Dear Dr. Weisbord,
I always thought that when the children got married and left home, my husband and I would have more time together. Well, that is our situation now, but we are both still very busy – with work, grandchildren, and life in general – so we decided we would go out together once a month, just the two of us.
On our first date night, we went to a quiet restaurant. Everything was going well, and then I noticed that my husband was checking his phone. I was shocked. I didn’t react the first time, but when it happened again, I said, “Is the phone more interesting than I am?” He explained that no, of course I am more interesting than the people who are emailing him, but he feels that if someone is trying to reach him, he has to be there for them.
I said, “Maybe let’s just put it away for these couple of hours we are out.” He promised not to respond while we were out, but he can’t seem to stop checking. Despite my husband’s statement that I am important to him, isn’t it obvious that checking the phone, answering calls, and texting show the person you are with that he or she is not important? These actions are truly insulting, and I find it hard to fathom how some people don’t see that. If someone is a doctor, or waiting for a kidney donation, I could understand, but in normal circumstances, everyone can take a break. What did we do before we had all this instant connectivity?
When my grown up children take out their phone while I am talking to them, I have no problem saying, “Okay, I see you’re busy,” and I leave the room. But when it comes to my husband, I can’t seem to do that. Whether because I feel I can’t change him, or because I see that it is very hard for him to stop this habit, or simply to avoid an argument, I play second fiddle to the telephone.
Is it too much to ask that my husband keep his eyes off the phone and look into mine, instead? What is more painful is that I think he really knows better. He wouldn’t do this while conferring with an important client whom he wants to impress. Well, I want my husband to impress me, to show me that I’m the most important one to him. Why else did we go out! After all, we have food at home.
My question was, is this worth fighting about or should I just accept it? But as I finish this letter, I realize that, no, I don’t want to accept it! Please advise.
Never Too Old
Dear Never Too Old,
It’s quite fascinating to see that, while the basic issues of marriage have been the same for thousands of years, each generation has its own obstacles to overcome. There have always been outside distractions that keep a husband and wife from focusing on each other: Children, household issues, extended family – the list is endless. There’s no question, though, that cell phones have complicated the challenges of keeping our marriage fresh, staying emotionally connected to each other, and finding time for each other. The good news about smart phones is they keep us truly connected to the world. The bad news about smart phones is they keep us truly connected to the world – and disconnected from each other!
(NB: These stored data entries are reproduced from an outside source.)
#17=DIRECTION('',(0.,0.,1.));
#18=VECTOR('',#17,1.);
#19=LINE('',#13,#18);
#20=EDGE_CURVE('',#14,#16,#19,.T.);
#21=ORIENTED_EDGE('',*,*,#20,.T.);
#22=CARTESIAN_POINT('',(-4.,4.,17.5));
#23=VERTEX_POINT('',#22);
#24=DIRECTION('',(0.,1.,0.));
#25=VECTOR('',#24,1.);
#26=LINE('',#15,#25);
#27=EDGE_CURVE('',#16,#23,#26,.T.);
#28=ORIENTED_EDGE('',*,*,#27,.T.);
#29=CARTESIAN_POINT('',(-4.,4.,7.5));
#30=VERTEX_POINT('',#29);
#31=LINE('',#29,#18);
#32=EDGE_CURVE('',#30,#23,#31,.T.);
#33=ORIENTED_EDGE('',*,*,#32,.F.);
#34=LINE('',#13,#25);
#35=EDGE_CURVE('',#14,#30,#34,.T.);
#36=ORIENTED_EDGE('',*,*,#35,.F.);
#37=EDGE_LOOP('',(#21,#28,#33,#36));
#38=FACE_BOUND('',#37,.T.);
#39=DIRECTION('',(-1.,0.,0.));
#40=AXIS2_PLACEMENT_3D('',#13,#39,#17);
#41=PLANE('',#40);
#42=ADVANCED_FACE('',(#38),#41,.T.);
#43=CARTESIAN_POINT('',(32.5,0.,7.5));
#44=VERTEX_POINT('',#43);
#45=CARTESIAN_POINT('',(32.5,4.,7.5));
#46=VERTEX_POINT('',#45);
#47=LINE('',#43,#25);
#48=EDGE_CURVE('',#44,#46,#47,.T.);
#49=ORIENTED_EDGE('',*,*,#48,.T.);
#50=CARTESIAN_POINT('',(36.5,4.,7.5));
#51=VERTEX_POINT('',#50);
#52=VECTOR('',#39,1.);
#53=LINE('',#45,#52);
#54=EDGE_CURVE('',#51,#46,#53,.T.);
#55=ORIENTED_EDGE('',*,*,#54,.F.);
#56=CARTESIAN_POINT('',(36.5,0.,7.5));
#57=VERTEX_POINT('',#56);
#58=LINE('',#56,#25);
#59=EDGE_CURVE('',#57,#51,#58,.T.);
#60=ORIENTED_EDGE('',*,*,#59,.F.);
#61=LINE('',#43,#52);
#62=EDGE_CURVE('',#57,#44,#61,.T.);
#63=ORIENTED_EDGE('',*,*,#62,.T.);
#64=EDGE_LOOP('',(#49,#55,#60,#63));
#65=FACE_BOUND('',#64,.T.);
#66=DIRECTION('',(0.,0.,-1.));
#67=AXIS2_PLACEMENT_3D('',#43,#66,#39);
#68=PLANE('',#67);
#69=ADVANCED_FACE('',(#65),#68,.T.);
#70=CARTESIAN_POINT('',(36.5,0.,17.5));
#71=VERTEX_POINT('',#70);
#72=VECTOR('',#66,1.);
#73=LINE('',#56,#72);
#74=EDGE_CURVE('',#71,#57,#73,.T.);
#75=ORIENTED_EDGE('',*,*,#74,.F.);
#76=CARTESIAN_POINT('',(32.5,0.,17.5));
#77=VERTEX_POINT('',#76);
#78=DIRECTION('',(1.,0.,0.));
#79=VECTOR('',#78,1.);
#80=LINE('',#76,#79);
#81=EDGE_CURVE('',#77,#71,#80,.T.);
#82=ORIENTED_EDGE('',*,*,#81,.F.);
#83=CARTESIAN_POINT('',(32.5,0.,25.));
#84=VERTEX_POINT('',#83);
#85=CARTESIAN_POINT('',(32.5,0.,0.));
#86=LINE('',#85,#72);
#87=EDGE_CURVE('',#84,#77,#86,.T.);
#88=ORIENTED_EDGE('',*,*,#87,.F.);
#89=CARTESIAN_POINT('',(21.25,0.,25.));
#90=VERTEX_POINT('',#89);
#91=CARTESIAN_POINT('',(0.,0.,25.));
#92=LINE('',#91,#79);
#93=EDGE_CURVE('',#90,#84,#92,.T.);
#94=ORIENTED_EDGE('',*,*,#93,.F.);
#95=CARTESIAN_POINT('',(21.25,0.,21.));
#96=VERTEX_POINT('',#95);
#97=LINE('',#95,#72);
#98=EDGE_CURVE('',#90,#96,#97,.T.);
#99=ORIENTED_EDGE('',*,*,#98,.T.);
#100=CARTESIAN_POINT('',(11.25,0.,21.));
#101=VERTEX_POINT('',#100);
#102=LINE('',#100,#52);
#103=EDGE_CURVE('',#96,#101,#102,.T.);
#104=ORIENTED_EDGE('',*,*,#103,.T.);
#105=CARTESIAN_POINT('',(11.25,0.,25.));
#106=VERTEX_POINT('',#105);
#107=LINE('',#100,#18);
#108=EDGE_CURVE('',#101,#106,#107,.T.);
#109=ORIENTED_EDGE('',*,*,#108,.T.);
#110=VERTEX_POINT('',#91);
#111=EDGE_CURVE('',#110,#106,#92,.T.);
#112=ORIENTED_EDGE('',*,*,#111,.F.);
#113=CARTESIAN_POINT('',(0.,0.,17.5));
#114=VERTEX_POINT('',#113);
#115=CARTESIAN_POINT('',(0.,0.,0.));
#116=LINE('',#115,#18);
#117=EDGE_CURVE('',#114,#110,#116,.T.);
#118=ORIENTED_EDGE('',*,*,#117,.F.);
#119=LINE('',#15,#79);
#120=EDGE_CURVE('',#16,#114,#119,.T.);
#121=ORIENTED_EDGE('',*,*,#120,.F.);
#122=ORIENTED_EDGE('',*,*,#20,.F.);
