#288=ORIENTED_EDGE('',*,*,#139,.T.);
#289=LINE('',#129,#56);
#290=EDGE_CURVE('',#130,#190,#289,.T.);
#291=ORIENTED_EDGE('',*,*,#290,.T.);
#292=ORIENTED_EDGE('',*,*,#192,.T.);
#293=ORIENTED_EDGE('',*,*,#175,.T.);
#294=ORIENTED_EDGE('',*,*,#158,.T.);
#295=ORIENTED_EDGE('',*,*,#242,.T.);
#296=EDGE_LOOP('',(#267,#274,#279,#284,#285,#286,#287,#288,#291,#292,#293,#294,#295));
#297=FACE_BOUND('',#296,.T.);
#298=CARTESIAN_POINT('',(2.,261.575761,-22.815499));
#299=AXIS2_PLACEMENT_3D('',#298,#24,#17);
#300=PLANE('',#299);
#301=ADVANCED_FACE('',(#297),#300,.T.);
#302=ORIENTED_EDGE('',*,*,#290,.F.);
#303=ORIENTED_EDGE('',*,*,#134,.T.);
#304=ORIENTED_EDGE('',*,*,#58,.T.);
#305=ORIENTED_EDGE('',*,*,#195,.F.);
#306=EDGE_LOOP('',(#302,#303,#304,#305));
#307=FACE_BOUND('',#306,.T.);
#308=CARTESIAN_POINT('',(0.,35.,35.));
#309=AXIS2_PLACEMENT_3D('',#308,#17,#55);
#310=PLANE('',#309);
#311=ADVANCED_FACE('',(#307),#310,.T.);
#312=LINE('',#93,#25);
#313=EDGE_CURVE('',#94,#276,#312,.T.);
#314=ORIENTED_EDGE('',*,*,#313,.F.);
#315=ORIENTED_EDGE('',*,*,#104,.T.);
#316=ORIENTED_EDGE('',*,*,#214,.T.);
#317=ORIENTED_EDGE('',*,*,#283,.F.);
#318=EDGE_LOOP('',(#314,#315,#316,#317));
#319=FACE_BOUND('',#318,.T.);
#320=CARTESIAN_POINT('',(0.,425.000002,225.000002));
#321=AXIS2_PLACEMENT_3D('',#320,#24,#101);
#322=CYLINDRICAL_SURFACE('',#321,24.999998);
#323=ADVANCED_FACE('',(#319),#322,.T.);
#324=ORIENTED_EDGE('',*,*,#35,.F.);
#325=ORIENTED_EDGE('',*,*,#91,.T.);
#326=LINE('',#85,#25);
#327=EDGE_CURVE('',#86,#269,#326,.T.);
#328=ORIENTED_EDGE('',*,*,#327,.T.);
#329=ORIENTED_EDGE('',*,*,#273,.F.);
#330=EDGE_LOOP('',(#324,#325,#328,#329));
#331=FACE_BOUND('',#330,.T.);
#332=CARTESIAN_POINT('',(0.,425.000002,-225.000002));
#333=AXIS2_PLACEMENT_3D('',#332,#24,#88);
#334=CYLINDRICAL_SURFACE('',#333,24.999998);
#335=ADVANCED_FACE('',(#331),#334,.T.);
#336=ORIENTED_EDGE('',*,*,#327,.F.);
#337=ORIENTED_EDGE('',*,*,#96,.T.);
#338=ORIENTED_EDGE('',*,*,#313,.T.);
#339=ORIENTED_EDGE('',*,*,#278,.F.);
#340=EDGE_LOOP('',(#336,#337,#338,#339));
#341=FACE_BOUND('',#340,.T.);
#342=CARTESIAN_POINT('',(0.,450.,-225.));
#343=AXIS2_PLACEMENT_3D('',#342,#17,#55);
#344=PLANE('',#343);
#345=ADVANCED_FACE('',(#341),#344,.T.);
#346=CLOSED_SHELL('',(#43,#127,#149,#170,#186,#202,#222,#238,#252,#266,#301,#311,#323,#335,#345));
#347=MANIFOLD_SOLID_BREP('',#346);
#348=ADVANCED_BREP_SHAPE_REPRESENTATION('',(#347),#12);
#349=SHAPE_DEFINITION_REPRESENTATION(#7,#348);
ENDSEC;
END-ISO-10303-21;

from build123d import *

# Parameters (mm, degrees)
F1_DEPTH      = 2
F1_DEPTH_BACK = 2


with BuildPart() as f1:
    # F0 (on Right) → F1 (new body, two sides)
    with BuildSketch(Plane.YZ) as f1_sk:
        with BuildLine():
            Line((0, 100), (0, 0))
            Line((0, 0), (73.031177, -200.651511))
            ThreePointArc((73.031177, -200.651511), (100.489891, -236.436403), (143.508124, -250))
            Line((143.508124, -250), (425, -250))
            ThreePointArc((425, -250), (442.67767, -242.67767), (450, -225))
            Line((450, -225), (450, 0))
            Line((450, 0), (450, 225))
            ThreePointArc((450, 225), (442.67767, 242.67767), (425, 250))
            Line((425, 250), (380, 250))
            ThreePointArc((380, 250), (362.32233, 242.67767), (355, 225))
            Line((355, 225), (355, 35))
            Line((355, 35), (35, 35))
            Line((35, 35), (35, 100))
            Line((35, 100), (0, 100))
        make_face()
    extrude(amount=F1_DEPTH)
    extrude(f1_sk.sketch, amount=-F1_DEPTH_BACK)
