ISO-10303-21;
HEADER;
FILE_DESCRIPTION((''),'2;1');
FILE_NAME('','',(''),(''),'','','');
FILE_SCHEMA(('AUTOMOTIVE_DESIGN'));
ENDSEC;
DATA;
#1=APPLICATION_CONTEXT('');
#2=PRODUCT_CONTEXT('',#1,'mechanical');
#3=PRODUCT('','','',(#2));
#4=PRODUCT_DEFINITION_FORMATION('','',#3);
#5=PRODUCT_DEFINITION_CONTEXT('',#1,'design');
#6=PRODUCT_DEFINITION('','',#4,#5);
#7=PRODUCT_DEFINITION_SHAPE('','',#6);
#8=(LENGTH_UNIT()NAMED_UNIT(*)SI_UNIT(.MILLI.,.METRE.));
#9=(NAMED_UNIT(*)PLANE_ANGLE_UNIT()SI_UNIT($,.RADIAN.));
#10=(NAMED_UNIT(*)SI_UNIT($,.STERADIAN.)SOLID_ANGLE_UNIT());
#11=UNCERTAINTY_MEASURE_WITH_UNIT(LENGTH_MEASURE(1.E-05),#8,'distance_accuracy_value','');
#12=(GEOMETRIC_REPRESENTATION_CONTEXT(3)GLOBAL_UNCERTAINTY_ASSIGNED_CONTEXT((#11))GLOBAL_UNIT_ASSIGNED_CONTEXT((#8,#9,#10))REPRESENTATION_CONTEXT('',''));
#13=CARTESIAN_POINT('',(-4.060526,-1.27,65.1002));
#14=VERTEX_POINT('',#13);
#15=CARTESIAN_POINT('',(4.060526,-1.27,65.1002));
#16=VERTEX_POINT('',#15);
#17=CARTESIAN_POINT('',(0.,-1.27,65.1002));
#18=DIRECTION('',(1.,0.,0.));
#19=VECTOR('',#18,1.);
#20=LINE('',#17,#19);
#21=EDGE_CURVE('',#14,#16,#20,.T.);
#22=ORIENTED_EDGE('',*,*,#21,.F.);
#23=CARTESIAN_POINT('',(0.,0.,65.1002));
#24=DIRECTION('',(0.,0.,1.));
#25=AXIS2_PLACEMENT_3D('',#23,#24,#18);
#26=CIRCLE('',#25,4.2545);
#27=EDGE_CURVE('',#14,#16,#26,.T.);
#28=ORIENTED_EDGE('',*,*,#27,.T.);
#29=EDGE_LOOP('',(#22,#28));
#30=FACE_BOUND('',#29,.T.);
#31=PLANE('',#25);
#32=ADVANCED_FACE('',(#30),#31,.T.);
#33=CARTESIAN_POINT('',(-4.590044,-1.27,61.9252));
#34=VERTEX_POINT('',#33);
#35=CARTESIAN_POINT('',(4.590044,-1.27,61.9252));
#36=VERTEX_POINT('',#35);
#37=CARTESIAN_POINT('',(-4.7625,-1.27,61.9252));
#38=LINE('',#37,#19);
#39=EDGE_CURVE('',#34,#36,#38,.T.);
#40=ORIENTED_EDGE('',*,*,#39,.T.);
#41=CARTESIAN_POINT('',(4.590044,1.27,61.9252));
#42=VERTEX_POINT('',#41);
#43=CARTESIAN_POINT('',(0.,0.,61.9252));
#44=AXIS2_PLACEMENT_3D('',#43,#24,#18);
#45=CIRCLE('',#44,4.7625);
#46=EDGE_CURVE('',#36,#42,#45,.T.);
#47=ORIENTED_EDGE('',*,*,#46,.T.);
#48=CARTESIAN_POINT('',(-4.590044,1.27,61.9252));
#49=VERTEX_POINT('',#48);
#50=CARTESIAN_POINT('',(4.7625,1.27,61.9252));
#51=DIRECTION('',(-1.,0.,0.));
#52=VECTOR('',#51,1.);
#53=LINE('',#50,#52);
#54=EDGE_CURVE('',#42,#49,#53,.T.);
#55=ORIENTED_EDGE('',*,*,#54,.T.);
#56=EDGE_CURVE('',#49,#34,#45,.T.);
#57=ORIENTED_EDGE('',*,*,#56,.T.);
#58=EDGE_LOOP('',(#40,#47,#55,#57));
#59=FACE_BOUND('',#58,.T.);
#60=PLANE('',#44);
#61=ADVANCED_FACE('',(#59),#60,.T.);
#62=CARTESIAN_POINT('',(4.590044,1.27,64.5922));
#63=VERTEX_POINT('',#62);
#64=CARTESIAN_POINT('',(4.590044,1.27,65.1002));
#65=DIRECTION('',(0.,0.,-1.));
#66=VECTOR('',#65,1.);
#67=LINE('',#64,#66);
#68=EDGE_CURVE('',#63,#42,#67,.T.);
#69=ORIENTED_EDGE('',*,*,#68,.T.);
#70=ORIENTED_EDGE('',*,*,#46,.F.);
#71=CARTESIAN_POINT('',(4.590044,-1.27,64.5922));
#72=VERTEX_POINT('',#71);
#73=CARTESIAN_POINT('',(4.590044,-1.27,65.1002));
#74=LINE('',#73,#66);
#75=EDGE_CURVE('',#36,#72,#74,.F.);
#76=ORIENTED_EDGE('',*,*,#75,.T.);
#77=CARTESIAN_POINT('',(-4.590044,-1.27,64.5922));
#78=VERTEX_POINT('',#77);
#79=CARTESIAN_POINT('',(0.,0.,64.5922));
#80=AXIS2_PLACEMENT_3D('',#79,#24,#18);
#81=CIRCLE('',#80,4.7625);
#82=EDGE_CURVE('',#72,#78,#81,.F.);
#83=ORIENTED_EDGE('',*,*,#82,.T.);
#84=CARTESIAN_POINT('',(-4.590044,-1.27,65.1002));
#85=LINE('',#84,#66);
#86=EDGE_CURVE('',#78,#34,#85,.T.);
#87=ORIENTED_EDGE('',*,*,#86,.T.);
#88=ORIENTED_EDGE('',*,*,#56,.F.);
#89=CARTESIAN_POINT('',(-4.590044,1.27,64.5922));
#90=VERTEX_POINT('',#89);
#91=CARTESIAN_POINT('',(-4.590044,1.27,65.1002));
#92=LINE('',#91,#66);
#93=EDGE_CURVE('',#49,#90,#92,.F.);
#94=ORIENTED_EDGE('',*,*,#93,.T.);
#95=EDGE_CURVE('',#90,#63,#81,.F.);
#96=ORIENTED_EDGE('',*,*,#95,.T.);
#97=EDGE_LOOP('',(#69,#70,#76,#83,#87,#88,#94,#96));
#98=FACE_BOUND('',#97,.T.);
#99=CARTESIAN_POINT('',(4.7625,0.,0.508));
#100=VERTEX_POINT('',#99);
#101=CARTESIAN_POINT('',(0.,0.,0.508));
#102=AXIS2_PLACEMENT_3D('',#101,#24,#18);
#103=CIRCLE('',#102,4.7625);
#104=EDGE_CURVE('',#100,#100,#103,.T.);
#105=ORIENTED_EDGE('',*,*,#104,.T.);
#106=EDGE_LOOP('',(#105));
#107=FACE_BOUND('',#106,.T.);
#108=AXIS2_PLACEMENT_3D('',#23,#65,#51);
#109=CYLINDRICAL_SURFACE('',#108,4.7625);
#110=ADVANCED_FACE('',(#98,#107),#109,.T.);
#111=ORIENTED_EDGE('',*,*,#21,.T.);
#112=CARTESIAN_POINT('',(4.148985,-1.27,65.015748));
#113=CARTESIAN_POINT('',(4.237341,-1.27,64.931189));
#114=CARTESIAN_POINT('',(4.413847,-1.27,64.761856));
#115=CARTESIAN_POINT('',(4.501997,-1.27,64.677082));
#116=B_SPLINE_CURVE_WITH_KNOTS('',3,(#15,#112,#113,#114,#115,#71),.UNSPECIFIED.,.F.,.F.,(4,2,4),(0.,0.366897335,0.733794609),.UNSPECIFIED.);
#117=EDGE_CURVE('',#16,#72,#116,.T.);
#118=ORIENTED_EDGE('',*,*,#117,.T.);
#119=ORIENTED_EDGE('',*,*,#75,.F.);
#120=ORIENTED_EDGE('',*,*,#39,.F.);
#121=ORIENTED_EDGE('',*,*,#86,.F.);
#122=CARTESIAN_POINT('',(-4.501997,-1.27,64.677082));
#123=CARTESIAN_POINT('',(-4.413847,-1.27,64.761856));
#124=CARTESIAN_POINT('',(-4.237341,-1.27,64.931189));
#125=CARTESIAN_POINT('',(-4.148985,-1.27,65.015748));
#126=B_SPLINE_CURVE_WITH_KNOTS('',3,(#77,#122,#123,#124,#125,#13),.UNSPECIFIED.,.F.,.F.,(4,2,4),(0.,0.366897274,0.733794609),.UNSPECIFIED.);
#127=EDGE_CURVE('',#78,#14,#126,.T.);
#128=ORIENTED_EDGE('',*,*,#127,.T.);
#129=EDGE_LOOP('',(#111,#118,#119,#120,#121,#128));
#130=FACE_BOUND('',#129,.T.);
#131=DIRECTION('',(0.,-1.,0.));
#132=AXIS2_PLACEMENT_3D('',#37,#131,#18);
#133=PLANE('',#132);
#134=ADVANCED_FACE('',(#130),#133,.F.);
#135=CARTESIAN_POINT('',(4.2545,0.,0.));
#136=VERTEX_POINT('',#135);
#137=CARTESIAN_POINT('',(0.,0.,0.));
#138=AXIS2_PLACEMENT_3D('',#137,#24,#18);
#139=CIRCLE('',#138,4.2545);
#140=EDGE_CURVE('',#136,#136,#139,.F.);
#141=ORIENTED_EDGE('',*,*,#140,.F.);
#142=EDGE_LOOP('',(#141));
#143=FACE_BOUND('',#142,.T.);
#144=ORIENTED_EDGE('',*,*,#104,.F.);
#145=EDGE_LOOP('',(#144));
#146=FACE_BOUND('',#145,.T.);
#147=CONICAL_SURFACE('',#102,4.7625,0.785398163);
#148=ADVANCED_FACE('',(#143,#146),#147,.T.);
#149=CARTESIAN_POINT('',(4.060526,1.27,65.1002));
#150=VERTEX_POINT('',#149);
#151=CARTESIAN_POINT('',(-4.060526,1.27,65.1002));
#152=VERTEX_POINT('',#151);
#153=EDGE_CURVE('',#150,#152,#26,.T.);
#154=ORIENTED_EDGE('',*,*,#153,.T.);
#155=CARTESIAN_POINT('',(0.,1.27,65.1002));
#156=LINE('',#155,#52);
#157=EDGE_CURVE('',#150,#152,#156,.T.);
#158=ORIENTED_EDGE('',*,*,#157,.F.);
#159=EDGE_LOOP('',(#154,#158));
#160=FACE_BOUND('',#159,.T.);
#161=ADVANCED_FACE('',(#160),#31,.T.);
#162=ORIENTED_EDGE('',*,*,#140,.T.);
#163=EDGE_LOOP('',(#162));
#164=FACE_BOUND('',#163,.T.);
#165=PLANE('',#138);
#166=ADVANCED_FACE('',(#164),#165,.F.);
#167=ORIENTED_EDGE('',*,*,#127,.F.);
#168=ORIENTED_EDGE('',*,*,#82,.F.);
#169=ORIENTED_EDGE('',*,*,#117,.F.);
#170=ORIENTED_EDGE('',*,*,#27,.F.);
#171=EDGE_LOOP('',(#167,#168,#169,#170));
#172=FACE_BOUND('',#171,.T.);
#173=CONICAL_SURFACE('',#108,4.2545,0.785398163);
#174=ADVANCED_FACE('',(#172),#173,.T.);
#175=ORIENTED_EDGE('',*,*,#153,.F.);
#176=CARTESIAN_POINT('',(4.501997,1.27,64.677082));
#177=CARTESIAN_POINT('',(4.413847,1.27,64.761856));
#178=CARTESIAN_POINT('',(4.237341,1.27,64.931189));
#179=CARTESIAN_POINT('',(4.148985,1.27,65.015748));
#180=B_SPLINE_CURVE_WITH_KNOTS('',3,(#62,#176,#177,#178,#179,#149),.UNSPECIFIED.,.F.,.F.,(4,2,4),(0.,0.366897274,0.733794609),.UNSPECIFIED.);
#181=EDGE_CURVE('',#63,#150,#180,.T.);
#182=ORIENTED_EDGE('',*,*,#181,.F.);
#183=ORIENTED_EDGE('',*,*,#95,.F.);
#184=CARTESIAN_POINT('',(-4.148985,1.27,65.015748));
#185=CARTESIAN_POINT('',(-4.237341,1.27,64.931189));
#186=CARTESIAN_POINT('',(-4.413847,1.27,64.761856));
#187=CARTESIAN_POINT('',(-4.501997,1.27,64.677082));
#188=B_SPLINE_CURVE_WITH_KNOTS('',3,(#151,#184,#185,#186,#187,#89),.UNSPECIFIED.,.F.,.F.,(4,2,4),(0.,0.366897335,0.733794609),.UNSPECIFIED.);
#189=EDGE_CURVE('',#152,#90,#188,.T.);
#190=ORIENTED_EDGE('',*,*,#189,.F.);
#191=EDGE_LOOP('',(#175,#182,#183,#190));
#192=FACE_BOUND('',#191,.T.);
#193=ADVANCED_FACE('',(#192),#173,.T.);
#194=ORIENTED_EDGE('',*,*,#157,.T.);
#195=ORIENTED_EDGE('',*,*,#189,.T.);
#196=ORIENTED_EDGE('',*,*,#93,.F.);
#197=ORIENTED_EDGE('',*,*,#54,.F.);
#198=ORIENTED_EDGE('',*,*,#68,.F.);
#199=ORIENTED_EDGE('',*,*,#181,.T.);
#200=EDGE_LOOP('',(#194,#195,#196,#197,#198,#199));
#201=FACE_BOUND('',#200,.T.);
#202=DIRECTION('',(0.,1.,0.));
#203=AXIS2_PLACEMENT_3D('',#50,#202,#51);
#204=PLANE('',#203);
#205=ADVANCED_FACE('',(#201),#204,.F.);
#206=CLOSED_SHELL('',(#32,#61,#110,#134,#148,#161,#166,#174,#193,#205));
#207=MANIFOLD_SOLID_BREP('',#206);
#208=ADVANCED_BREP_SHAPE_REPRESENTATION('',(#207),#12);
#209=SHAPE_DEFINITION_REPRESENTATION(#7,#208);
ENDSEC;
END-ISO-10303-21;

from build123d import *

# Parameters (mm, degrees)
SKETCH2_R           = 4.7625
BOSS_EXTRUDE1_DEPTH = 65.1002
CUT_EXTRUDE1_DEPTH  = 3.175
CHAMFER1_SIZE       = 0.508


with BuildPart() as part:
    # Sketch2 → Boss-Extrude1 (new body)
    with BuildSketch(Plane.XY):
        Circle(SKETCH2_R)
    extrude(amount=BOSS_EXTRUDE1_DEPTH)

    # Sketch3 → Cut-Extrude1 (cut)
    with BuildSketch(Plane.XY.offset(65.1002)):
        Polygon((4.7625, 0), (4.7625, 1.27), (-4.7625, 1.27), (-4.7625, 0), (-4.7625, -1.27), (4.7625, -1.27), align=None)
    extrude(amount=-CUT_EXTRUDE1_DEPTH, mode=Mode.SUBTRACT)

    # Chamfer1
    chamfer1_edges = [part.edges().sort_by_distance(p)[0] for p in [
        (-4.7625, 0, 0),
        (0, 4.7625, 65.1002),
        (0, -4.7625, 65.1002),
    ]]
    chamfer(chamfer1_edges, length=CHAMFER1_SIZE)


solid = part.part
For many people, maybe even most, “unplugging” is actually anxiety producing. Research shows that over 60 percent of people who use smart phones don’t – or can’t – go more than an hour without checking their phone. For some, this has become an addiction, where the “fix” is checking the phone, and genuine withdrawal symptoms appear when the individual can’t get to the phone. Without a doubt, technology addiction is harmful to marriages.
In your situation, we don’t know if your husband has become a true technology addict. Does he get edgy on Shabbos, rather like the old-time smoker who missed his habit? Can he attend a shiur without checking his phone? How about when he davens? A very solid habit is not the same as an addiction, so let’s discuss your question with the assumption that your husband is, indeed, very attached to his cell phone but not necessarily addicted. In any event, we have to deal with the presence of smart phones in our lives.
There are a number of steps you can take to make your date nights more enjoyable for both of you:
1) Demonstrate the importance of your time out together. You can do this by surprising your husband with a plan that’s a bit different from your usual, such as going to a different place to eat or even choosing a different activity altogether. Dress up for the occasion, as you would if you were going to visit another couple or attend a low-key dinner.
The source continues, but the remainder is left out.